UK Direct in Home sales were also down 3.4% in the year-to-date and 2.2% during the third quarter.
Alan Parker, Executive Chairman said: "Worldwide network sales increased by 3.0%, as a result of continuing strong growth in our profitable and cash-generative International business. We have opened our 1,000th store outside the UK and also launched in four new countries - Chile, Colombia, Iraq and Morocco.
"In the UK, the better like-for-like sales performance was achieved in an increasingly competitive consumer environment. Additional promotional activity was successful in driving a 5% like-for-like sales increase in December and managing overall UK inventory levels, which are currently 17% lower than last year. The management actions we have already taken, which include a new web platform to launch next financial year, are expected to improve Direct and overall performance in 2012."
Singer Capital Markets said sales were better than expected, with the 3% decline in UK like-for-like (LFL) sales not as bad as expected, though it notes this partly reflects stock clearing, especially of clothing lines.
The stock clearance has come at the expense of margins, Singer notes, with full-year margins likely to be down by four-and-a-half to five percentage points; previously the company had guided to a four point cut.
"The net effect though is that they are on track to meet FY [full-year] forecasts. After several misses through 2012 this comes as a relief," Singer's retail analysts note.
The broker had previously cut its fiscal 2011/12 forecasts to a loss before tax of £6.3m, when the consensus view among those covering the stock is for Mothercare to break even. Singer is contemplating going back to its earlier, less pessimistic, forecasts.

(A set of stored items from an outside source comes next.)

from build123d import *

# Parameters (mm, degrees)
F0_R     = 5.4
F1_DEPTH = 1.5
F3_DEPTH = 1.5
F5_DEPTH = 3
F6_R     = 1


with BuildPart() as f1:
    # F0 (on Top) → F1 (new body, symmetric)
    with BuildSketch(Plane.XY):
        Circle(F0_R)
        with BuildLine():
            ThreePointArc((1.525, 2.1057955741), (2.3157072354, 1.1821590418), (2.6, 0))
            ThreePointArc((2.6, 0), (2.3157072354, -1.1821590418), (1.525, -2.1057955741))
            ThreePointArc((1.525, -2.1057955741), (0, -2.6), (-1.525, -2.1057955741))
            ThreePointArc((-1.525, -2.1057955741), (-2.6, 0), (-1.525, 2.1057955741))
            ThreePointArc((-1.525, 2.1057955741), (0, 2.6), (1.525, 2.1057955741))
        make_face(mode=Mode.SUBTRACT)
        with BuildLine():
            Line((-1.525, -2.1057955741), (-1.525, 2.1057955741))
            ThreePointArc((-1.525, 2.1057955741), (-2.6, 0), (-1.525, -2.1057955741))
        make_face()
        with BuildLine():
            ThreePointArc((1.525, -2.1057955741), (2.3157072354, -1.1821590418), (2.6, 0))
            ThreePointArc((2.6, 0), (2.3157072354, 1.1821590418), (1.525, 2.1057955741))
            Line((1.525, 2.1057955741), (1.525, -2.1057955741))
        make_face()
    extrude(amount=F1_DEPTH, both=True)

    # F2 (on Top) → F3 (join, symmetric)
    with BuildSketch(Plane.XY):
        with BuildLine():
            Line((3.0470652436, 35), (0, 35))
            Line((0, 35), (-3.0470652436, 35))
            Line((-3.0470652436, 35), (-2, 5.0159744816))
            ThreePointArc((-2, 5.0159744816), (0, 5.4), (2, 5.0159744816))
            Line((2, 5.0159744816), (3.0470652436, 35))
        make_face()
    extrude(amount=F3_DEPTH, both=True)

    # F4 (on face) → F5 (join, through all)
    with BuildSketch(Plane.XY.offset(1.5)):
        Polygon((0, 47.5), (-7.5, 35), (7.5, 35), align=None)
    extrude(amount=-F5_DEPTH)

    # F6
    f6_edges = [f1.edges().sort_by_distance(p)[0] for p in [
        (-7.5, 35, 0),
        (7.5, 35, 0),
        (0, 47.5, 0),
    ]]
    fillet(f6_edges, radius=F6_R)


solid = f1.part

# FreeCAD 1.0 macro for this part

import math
import FreeCAD as App
import Part
import Sketcher
Q = App.Units.Quantity


def edges_at(feature, points):
    """Names of the edges that pass closest to the given points."""
    edges = feature.Shape.Edges
    near = lambda p: min(range(len(edges)), key=lambda i: edges[i].distToShape(Part.Vertex(*p))[0])
    return sorted({f"Edge{near(p) + 1}" for p in points})

doc = App.newDocument("Part")
body = doc.addObject("PartDesign::Body", "Body")

sketch1 = doc.addObject("Sketcher::SketchObject", "Sketch")
body.addObject(sketch1)
sketch1.AttachmentSupport = (doc.XY_Plane, [""])
sketch1.MapMode = "FlatFace"
sketch1.addGeometry([
    Part.Circle(App.Vector(0, 0, 0), App.Vector(0, 0, 1), 5.4),
    Part.ArcOfCircle(Part.Circle(App.Vector(0, 0, 0), App.Vector(0, 0, 1), 2.6), math.radians(54), math.radians(126)),
    Part.LineSegment(App.Vector(1.5, 2.1, 0), App.Vector(1.5, -2.1, 0)),
    Part.ArcOfCircle(Part.Circle(App.Vector(0, 0, 0), App.Vector(0, 0, 1), 2.6), math.radians(-126), math.radians(-54)),
    Part.LineSegment(App.Vector(-1.5, -2.1, 0), App.Vector(-1.5, 2.1, 0)),
], False)
sketch1.addConstraint([
    Sketcher.Constraint("Coincident", 1, 1, 2, 1),
    Sketcher.Constraint("Coincident", 2, 2, 3, 2),
    Sketcher.Constraint("Coincident", 3, 1, 4, 1),
    Sketcher.Constraint("Coincident", 4, 2, 1, 2),
    Sketcher.Constraint("Vertical", 2),
    Sketcher.Constraint("Vertical", 4),
    Sketcher.Constraint("Coincident", 0, 3, -1, 1),
    Sketcher.Constraint("Coincident", 1, 3, -1, 1),
    Sketcher.Constraint("Coincident", 3, 3, -1, 1),
    Sketcher.Constraint("Equal", 1, 3),
    Sketcher.Constraint("Horizontal", 2, 2, 3, 1),
    Sketcher.Constraint("Diameter", 0, Q("10.8 mm")),
    Sketcher.Constraint("Radius", 1, Q("2.6 mm")),
    Sketcher.Constraint("DistanceX", 3, 1, 2, 2, Q("3.05 mm")),
])
pad1 = doc.addObject("PartDesign::Pad", "Pad")
body.addObject(pad1)
pad1.Profile = sketch1
pad1.Length = 3
pad1.Midplane = True

sketch2 = doc.addObject("Sketcher::SketchObject", "Sketch001")
body.addObject(sketch2)
sketch2.AttachmentSupport = (doc.XY_Plane, [""])
sketch2.MapMode = "FlatFace"
sketch2.addGeometry([
    Part.LineSegment(App.Vector(3, 35, 0), App.Vector(-3, 35, 0)),
    Part.LineSegment(App.Vector(-3, 35, 0), App.Vector(-2, 5, 0)),
    Part.ArcOfCircle(Part.Circle(App.Vector(0, 0, 0), App.Vector(0, 0, 1), 5.4), math.radians(68), math.radians(112)),
    Part.LineSegment(App.Vector(2, 5, 0), App.Vector(3, 35, 0)),
], False)
sketch2.addConstraint([
    Sketcher.Constraint("Coincident", 0, 2, 1, 1),
    Sketcher.Constraint("Coincident", 1, 2, 2, 2),
    Sketcher.Constraint("Coincident", 2, 1, 3, 1),
    Sketcher.Constraint("Coincident", 3, 2, 0, 1),
    Sketcher.Constraint("Horizontal", 0),
    Sketcher.Constraint("Coincident", 2, 3, -1, 1),
    Sketcher.Constraint("Horizontal", 1, 2, 2, 1),
    Sketcher.Constraint("Equal", 1, 3),
    Sketcher.Constraint("Radius", 2, Q("5.4 mm")),
    Sketcher.Constraint("Angle", 1, Q("-88 deg")),
    Sketcher.Constraint("DistanceY", -1, 1, 0, 2, Q("35 mm")),
    Sketcher.Constraint("DistanceX", 1, 2, -1, 1, Q("2 mm")),
])
pad2 = doc.addObject("PartDesign::Pad", "Pad001")
body.addObject(pad2)
pad2.Profile = sketch2
pad2.Length = 3
pad2.Midplane = True

sketch3 = doc.addObject("Sketcher::SketchObject", "Sketch002")
body.addObject(sketch3)
sketch3.AttachmentSupport = (doc.XY_Plane, [""])
sketch3.MapMode = "FlatFace"
sketch3.AttachmentOffset = App.Placement(App.Vector(0, 0, 1.5), App.Rotation())
sketch3.addGeometry([
    Part.LineSegment(App.Vector(0, 48, 0), App.Vector(-8, 35, 0)),
    Part.LineSegment(App.Vector(-8, 35, 0), App.Vector(8, 35, 0)),
    Part.LineSegment(App.Vector(8, 35, 0), App.Vector(0, 48, 0)),
], False)
sketch3.addConstraint([
    Sketcher.Constraint("Coincident", 0, 2, 1, 1),
    Sketcher.Constraint("Coincident", 1, 2, 2, 1),
    Sketcher.Constraint("Coincident", 2, 2, 0, 1),
    Sketcher.Constraint("Horizontal", 1),
    Sketcher.Constraint("PointOnObject", 2, 2, -2),
    Sketcher.Constraint("Equal", 0, 2),
    Sketcher.Constraint("DistanceX", 1, 1, 1, 2, Q("15 mm")),
    Sketcher.Constraint("DistanceY", -1, 1, 0, 2, Q("35 mm")),
    Sketcher.Constraint("DistanceY", -1, 1, 2, 2, Q("47.5 mm")),
])
pad3 = doc.addObject("PartDesign::Pad", "Pad002")
body.addObject(pad3)
pad3.Profile = sketch3
pad3.Length = 3
pad3.Reversed = True
doc.recompute()

fillet = doc.addObject("PartDesign::Fillet", "Fillet")
body.addObject(fillet)
fillet.Base = (pad3, edges_at(pad3, [(-7.5, 35, 0), (7.5, 35, 0), (0, 47.5, 0)]))
fillet.Radius = 1

doc.recompute()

In contrast, Panmure Gordon is above the consensus forecast, and is halving its estimate for fiscal 2011/12 ("FY2012E" in broker jargon) profit before tax to £1.1m.
Its discounted cash flow based price target is cut from 145p to 88p.
The broker was also dismissive of the new web platform the chairman was bragging about, wondering whether is is "too little, too late"?
Like Panmure Gordon, Peel Hunt rates the shares a "sell", and it is downgrading its full-year profit before tax forecast from £3m to break-even.
"The risk to future forecasts will centre on any move to more competitive pricing, which is likely to [hve an] impact [on] future year margins keeping
profitability some way off," Peel Hunt's John Stevenson said.
Despite the broker gloom, the share price rose 2.13% to 168p by 13:47.